-- ASSIGNMENT --
Transcribe exactly the lines that fall between the one holding "f 19 175 176" and the one holding "f 192 198 199", inclusive, from the entries below.

-- SUPPLIED INFORMATION --
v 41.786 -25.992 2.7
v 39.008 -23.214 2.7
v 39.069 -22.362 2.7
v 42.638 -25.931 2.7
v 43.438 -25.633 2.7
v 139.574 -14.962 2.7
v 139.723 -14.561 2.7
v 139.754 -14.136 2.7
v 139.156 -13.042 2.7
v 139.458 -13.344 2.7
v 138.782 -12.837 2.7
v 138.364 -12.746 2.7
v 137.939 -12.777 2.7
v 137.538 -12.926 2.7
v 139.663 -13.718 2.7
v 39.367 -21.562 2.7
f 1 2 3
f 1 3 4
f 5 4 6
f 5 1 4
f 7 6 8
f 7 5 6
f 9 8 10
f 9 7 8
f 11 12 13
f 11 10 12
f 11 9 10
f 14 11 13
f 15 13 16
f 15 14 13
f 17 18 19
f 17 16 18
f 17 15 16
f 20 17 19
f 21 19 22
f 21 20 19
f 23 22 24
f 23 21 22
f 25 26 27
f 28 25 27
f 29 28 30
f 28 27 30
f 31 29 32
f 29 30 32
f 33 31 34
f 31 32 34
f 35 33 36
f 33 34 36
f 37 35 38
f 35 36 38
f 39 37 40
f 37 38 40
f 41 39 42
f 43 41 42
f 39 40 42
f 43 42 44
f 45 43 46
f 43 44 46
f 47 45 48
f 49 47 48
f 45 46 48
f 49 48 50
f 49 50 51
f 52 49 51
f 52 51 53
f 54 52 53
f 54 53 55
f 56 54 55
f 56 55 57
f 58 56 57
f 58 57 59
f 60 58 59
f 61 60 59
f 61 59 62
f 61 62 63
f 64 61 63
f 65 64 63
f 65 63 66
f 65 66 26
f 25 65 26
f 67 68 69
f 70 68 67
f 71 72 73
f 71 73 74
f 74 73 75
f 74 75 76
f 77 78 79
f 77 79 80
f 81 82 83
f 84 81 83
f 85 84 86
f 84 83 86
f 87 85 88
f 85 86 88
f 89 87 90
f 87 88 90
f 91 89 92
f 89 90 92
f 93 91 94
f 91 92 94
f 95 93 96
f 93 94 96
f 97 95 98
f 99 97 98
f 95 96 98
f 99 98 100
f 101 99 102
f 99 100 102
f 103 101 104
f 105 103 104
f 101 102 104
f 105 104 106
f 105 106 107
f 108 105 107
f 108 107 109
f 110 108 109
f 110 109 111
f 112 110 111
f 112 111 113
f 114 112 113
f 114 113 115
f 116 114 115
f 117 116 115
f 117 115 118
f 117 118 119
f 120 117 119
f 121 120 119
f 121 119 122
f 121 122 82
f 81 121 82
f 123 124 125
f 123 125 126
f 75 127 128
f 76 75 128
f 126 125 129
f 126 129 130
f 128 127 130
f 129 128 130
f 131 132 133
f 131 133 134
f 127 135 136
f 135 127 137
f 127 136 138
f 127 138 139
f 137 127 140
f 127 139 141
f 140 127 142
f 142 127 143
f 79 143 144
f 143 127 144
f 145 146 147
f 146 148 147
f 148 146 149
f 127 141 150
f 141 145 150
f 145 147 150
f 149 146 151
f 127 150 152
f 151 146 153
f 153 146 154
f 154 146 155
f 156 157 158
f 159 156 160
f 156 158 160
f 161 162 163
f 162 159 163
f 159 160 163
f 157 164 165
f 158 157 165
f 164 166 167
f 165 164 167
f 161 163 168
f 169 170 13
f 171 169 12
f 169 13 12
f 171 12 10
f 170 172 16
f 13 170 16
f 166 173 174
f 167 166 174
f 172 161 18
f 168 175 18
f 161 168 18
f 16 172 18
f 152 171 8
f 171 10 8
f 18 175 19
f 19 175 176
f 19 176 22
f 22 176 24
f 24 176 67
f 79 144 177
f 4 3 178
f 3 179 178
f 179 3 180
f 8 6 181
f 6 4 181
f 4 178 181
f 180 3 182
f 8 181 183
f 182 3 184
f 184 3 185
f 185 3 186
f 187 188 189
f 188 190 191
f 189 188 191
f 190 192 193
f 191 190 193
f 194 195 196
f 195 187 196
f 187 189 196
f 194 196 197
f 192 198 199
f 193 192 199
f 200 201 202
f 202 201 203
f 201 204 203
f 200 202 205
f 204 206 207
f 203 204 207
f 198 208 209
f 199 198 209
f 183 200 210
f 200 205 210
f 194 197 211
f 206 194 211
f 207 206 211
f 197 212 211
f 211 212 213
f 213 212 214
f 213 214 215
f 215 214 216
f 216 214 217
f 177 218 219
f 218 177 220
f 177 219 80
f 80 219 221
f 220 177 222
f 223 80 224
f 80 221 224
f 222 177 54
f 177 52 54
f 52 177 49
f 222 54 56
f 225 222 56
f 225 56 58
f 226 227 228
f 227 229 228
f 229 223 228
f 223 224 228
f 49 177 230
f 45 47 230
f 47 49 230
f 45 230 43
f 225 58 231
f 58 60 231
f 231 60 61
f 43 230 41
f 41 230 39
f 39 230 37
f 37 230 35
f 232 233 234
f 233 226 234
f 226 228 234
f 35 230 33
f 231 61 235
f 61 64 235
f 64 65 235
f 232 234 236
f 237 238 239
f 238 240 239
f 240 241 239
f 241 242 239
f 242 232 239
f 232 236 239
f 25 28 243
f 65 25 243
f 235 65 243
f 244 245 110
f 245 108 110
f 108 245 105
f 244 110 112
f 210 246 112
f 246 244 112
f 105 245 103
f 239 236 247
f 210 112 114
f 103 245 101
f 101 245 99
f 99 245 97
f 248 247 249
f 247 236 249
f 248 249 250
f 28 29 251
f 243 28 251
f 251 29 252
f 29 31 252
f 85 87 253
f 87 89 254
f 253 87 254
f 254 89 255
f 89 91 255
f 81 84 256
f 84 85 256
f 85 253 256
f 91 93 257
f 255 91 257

-- TASK RESULT --
f 19 175 176
f 19 176 22
f 22 176 24
f 24 176 67
f 79 144 177
f 4 3 178
f 3 179 178
f 179 3 180
f 8 6 181
f 6 4 181
f 4 178 181
f 180 3 182
f 8 181 183
f 182 3 184
f 184 3 185
f 185 3 186
f 187 188 189
f 188 190 191
f 189 188 191
f 190 192 193
f 191 190 193
f 194 195 196
f 195 187 196
f 187 189 196
f 194 196 197
f 192 198 199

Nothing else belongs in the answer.